WORK TO BE COMPLETED
Look below for the line containing "#146=ORIENTED_EDGE('',*,*,#145,.F.);"; from there through the line containing "#165=ORIENTED_EDGE('',*,*,#164,.F.);", both lines included, please set down each line exactly and nothing else.

________________________

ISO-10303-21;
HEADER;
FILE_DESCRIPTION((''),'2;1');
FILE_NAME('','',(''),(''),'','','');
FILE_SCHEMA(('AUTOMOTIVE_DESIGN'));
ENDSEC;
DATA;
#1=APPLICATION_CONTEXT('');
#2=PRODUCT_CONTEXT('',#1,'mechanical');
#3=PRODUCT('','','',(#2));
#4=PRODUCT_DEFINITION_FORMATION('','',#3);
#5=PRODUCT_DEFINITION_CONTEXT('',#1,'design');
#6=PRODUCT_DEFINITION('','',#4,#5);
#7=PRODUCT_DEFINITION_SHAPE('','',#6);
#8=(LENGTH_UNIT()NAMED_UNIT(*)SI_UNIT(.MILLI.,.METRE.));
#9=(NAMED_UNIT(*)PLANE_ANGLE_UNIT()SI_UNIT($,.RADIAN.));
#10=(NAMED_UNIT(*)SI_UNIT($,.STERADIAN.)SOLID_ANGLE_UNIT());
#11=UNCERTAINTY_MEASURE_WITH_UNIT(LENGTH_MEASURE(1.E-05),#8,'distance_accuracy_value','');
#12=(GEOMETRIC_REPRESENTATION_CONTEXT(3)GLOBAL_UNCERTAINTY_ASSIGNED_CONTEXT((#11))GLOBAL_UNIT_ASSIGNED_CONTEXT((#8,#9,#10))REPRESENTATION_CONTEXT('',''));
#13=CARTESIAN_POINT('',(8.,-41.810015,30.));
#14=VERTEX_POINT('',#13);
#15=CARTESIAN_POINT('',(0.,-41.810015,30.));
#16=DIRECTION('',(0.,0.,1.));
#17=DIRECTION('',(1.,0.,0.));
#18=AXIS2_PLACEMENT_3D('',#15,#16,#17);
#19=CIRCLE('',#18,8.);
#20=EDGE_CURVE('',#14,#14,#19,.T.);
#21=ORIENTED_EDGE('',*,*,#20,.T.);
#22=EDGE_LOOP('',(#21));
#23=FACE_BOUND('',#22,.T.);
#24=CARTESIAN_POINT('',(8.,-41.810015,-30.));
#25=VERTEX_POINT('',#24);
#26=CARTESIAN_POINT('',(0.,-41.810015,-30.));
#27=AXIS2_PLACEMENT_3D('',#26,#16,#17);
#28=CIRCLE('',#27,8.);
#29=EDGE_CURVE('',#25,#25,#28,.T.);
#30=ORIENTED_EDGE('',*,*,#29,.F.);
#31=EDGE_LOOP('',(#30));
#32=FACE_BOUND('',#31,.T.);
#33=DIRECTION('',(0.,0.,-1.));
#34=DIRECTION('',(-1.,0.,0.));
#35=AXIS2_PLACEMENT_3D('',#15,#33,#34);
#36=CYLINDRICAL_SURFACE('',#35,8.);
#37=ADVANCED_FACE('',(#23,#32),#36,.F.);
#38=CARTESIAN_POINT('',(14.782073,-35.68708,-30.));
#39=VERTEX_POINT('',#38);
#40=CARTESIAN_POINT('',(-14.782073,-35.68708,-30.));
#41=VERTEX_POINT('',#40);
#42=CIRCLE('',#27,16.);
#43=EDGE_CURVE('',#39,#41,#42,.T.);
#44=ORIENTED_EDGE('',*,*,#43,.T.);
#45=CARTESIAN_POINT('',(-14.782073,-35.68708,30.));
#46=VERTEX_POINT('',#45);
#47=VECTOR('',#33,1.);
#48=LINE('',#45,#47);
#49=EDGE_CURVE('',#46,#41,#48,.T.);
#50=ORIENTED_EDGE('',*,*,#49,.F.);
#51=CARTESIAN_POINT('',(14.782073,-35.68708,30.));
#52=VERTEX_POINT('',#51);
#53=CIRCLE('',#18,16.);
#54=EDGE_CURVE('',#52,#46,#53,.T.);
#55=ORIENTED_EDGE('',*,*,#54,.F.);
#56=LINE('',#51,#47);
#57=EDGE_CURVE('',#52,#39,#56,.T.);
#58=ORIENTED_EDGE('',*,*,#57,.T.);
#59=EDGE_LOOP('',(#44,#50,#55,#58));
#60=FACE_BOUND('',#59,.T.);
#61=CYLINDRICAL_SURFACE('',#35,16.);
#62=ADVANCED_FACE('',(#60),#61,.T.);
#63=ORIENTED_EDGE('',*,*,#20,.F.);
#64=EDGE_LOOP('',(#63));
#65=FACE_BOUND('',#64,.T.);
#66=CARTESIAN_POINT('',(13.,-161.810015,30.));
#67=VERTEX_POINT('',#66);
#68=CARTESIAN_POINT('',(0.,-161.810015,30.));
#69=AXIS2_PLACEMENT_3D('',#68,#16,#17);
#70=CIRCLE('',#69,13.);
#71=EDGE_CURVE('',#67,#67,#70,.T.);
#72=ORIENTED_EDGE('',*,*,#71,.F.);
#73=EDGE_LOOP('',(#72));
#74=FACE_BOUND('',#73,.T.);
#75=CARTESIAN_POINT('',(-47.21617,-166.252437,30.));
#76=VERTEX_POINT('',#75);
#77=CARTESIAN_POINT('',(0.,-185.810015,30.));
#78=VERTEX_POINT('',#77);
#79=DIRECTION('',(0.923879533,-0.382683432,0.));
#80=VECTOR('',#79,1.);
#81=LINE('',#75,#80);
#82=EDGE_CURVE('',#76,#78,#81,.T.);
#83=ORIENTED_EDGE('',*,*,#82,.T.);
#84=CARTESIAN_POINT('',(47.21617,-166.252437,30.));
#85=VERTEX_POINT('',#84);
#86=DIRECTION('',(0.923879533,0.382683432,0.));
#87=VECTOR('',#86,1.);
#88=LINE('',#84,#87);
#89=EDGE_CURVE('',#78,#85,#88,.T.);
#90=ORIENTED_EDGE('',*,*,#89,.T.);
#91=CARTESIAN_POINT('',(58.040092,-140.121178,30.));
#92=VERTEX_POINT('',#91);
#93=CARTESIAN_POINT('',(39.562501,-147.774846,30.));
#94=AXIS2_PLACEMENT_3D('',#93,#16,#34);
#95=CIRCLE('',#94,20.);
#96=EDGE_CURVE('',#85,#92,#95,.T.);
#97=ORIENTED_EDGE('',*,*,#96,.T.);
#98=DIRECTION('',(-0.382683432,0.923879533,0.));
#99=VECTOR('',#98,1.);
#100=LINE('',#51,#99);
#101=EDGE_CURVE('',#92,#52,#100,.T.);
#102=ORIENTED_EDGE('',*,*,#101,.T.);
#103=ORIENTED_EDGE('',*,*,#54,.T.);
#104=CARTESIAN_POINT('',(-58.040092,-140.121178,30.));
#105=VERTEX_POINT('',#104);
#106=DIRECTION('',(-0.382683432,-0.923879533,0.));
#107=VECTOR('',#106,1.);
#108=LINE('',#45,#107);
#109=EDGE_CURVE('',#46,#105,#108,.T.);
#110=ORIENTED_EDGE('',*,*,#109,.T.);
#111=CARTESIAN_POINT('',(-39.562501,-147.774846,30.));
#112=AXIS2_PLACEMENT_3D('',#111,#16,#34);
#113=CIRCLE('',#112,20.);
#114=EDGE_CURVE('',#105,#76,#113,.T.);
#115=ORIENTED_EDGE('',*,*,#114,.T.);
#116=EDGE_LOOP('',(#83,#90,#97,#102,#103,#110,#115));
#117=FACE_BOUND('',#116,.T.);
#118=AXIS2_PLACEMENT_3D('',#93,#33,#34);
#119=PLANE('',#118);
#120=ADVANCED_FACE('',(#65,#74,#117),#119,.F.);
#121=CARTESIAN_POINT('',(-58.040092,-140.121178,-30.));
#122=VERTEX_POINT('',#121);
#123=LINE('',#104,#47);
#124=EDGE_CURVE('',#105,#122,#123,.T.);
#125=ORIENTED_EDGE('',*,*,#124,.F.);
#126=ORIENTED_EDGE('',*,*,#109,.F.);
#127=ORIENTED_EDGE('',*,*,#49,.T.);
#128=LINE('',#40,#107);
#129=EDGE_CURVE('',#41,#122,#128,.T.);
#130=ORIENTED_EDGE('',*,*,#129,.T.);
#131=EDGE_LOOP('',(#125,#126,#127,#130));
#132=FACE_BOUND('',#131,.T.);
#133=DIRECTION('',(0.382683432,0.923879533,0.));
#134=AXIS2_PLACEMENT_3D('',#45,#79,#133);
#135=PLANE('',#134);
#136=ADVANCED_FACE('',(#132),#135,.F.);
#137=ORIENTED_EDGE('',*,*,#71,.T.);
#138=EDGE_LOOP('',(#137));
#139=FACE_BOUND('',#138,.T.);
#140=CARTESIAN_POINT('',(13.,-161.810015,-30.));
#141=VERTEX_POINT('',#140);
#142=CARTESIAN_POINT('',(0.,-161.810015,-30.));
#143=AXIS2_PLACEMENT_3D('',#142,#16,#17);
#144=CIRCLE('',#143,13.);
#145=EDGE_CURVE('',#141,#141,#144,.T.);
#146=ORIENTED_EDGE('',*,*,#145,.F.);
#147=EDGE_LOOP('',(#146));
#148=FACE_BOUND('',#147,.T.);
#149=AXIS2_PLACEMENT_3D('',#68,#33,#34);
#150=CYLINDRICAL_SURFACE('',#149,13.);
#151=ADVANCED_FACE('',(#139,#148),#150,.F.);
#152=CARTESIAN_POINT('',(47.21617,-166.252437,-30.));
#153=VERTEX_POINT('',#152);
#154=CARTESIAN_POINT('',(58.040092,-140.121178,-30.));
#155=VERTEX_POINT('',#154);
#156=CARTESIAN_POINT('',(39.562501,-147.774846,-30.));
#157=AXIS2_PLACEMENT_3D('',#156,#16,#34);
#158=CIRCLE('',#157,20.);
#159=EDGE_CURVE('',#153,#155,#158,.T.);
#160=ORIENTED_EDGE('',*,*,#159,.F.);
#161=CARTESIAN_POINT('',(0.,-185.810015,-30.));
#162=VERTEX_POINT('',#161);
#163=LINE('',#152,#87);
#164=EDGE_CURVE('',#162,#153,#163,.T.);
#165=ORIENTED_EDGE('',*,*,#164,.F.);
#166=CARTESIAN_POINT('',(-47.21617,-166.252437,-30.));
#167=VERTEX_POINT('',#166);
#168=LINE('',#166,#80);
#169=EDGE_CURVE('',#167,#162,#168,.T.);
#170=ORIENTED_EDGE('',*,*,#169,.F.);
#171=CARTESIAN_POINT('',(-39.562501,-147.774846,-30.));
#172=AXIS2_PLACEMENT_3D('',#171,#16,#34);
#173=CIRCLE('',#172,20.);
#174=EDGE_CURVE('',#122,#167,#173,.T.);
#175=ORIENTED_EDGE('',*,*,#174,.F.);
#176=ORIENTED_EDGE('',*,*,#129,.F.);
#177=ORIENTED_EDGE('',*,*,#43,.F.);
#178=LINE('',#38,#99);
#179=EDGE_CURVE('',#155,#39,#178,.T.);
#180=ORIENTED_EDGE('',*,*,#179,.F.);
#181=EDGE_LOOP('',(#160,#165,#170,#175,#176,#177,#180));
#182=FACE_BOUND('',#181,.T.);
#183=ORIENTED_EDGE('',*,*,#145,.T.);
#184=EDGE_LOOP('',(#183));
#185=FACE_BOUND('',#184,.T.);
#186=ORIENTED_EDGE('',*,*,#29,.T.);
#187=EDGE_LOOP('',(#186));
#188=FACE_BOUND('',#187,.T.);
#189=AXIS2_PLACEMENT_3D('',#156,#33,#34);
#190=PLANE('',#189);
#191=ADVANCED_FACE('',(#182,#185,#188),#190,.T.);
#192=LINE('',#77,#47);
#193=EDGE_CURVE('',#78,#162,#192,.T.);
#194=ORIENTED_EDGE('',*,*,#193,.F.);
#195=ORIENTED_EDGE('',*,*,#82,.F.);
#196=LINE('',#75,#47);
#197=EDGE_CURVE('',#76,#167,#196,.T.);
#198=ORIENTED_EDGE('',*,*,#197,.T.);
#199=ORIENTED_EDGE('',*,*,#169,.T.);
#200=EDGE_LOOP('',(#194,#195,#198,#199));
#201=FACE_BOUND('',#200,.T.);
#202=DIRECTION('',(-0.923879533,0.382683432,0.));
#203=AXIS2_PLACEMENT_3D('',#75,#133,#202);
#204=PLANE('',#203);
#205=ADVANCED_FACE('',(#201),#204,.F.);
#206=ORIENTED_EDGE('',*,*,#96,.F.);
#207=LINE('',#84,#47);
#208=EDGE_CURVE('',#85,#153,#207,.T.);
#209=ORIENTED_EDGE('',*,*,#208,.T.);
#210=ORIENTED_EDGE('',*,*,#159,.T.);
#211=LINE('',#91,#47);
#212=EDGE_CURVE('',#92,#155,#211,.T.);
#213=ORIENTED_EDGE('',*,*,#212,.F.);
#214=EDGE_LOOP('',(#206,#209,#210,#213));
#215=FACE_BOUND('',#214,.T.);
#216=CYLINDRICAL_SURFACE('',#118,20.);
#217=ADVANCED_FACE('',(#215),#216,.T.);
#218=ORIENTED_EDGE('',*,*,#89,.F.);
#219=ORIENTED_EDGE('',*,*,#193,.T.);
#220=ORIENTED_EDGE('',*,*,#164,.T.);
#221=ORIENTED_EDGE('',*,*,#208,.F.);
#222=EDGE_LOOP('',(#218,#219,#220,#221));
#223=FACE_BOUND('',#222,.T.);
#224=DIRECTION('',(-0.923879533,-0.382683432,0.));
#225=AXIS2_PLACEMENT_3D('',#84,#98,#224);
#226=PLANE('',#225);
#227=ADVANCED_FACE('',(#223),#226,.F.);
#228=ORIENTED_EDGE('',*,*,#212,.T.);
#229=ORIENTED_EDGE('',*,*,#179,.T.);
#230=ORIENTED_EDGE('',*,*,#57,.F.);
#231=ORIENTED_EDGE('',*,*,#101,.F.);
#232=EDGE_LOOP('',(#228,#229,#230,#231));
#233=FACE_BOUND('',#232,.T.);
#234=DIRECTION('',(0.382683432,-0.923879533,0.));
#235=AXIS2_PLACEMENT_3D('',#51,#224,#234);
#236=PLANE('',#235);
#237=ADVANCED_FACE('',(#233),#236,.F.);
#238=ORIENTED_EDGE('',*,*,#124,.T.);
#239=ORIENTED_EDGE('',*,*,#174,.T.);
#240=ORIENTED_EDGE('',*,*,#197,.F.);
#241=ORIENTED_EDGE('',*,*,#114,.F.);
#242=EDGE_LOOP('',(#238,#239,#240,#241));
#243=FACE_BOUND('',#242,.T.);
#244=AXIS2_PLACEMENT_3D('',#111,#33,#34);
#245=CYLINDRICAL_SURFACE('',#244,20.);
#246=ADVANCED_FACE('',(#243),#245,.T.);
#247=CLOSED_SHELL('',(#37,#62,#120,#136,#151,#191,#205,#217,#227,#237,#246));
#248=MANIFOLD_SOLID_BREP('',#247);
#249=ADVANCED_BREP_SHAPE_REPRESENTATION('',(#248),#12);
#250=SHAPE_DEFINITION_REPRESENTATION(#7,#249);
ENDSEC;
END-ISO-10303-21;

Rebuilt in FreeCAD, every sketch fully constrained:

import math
import FreeCAD as App
import Part
import Sketcher
Q = App.Units.Quantity

doc = App.newDocument("Part")
body = doc.addObject("PartDesign::Body", "Body")

# Sketch on XY plane
sketch1 = body.newObject("Sketcher::SketchObject", "Sketch")
sketch1.AttachmentSupport = (doc.getObject("XY_Plane"), [""])
sketch1.MapMode = "FlatFace"
sketch1.addGeometry([
    Part.LineSegment(App.Vector(58, -140, 0), App.Vector(15, -36, 0)),  # 0
    Part.ArcOfCircle(Part.Circle(App.Vector(0, -42, 0), App.Vector(0, 0, 1), 16), math.radians(23), math.radians(157)),  # 1
    Part.LineSegment(App.Vector(-15, -36, 0), App.Vector(-58, -140, 0)),  # 2
    Part.ArcOfCircle(Part.Circle(App.Vector(-40, -148, 0), App.Vector(0, 0, 1), 20), math.radians(157), math.radians(247)),  # 3
    Part.LineSegment(App.Vector(-47, -166, 0), App.Vector(0, -186, 0)),  # 4
    Part.LineSegment(App.Vector(0, -186, 0), App.Vector(47, -166, 0)),  # 5
    Part.ArcOfCircle(Part.Circle(App.Vector(40, -148, 0), App.Vector(0, 0, 1), 20), math.radians(-67), math.radians(23)),  # 6
    Part.Circle(App.Vector(0, -162, 0), App.Vector(0, 0, 1), 13),  # 7
    Part.Circle(App.Vector(0, -42, 0), App.Vector(0, 0, 1), 8),  # 8
], False)
sketch1.addConstraint([
    Sketcher.Constraint("Tangent", 0, 2, 1, 1),
    Sketcher.Constraint("Tangent", 1, 2, 2, 1),
    Sketcher.Constraint("Tangent", 2, 2, 3, 1),
    Sketcher.Constraint("Tangent", 3, 2, 4, 1),
    Sketcher.Constraint("Coincident", 4, 2, 5, 1),
    Sketcher.Constraint("Tangent", 5, 2, 6, 1),
    Sketcher.Constraint("Tangent", 6, 2, 0, 1),
    Sketcher.Constraint("Coincident", 8, 3, 1, 3),
    Sketcher.Constraint("Equal", 3, 6),
    Sketcher.Constraint("Symmetric", 3, 3, 6, 3, -2),
    Sketcher.Constraint("PointOnObject", 1, 3, -2),
    Sketcher.Constraint("PointOnObject", 7, 3, -2),
    Sketcher.Constraint("PointOnObject", 4, 2, -2),
    Sketcher.Constraint("Perpendicular", 2, 4),
    Sketcher.Constraint("Diameter", 7, Q("26 mm")),
    Sketcher.Constraint("Diameter", 8, Q("16 mm")),
    Sketcher.Constraint("Radius", 1, Q("16 mm")),
    Sketcher.Constraint("Radius", 3, Q("20 mm")),
    Sketcher.Constraint("Angle", 0, Q("112.5 deg")),
    Sketcher.Constraint("DistanceY", 7, 3, 1, 3, Q("120 mm")),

________________________

SOLUTION FOR THIS PROBLEM
#146=ORIENTED_EDGE('',*,*,#145,.F.);
#147=EDGE_LOOP('',(#146));
#148=FACE_BOUND('',#147,.T.);
#149=AXIS2_PLACEMENT_3D('',#68,#33,#34);
#150=CYLINDRICAL_SURFACE('',#149,13.);
#151=ADVANCED_FACE('',(#139,#148),#150,.F.);
#152=CARTESIAN_POINT('',(47.21617,-166.252437,-30.));
#153=VERTEX_POINT('',#152);
#154=CARTESIAN_POINT('',(58.040092,-140.121178,-30.));
#155=VERTEX_POINT('',#154);
#156=CARTESIAN_POINT('',(39.562501,-147.774846,-30.));
#157=AXIS2_PLACEMENT_3D('',#156,#16,#34);
#158=CIRCLE('',#157,20.);
#159=EDGE_CURVE('',#153,#155,#158,.T.);
#160=ORIENTED_EDGE('',*,*,#159,.F.);
#161=CARTESIAN_POINT('',(0.,-185.810015,-30.));
#162=VERTEX_POINT('',#161);
#163=LINE('',#152,#87);
#164=EDGE_CURVE('',#162,#153,#163,.T.);
#165=ORIENTED_EDGE('',*,*,#164,.F.);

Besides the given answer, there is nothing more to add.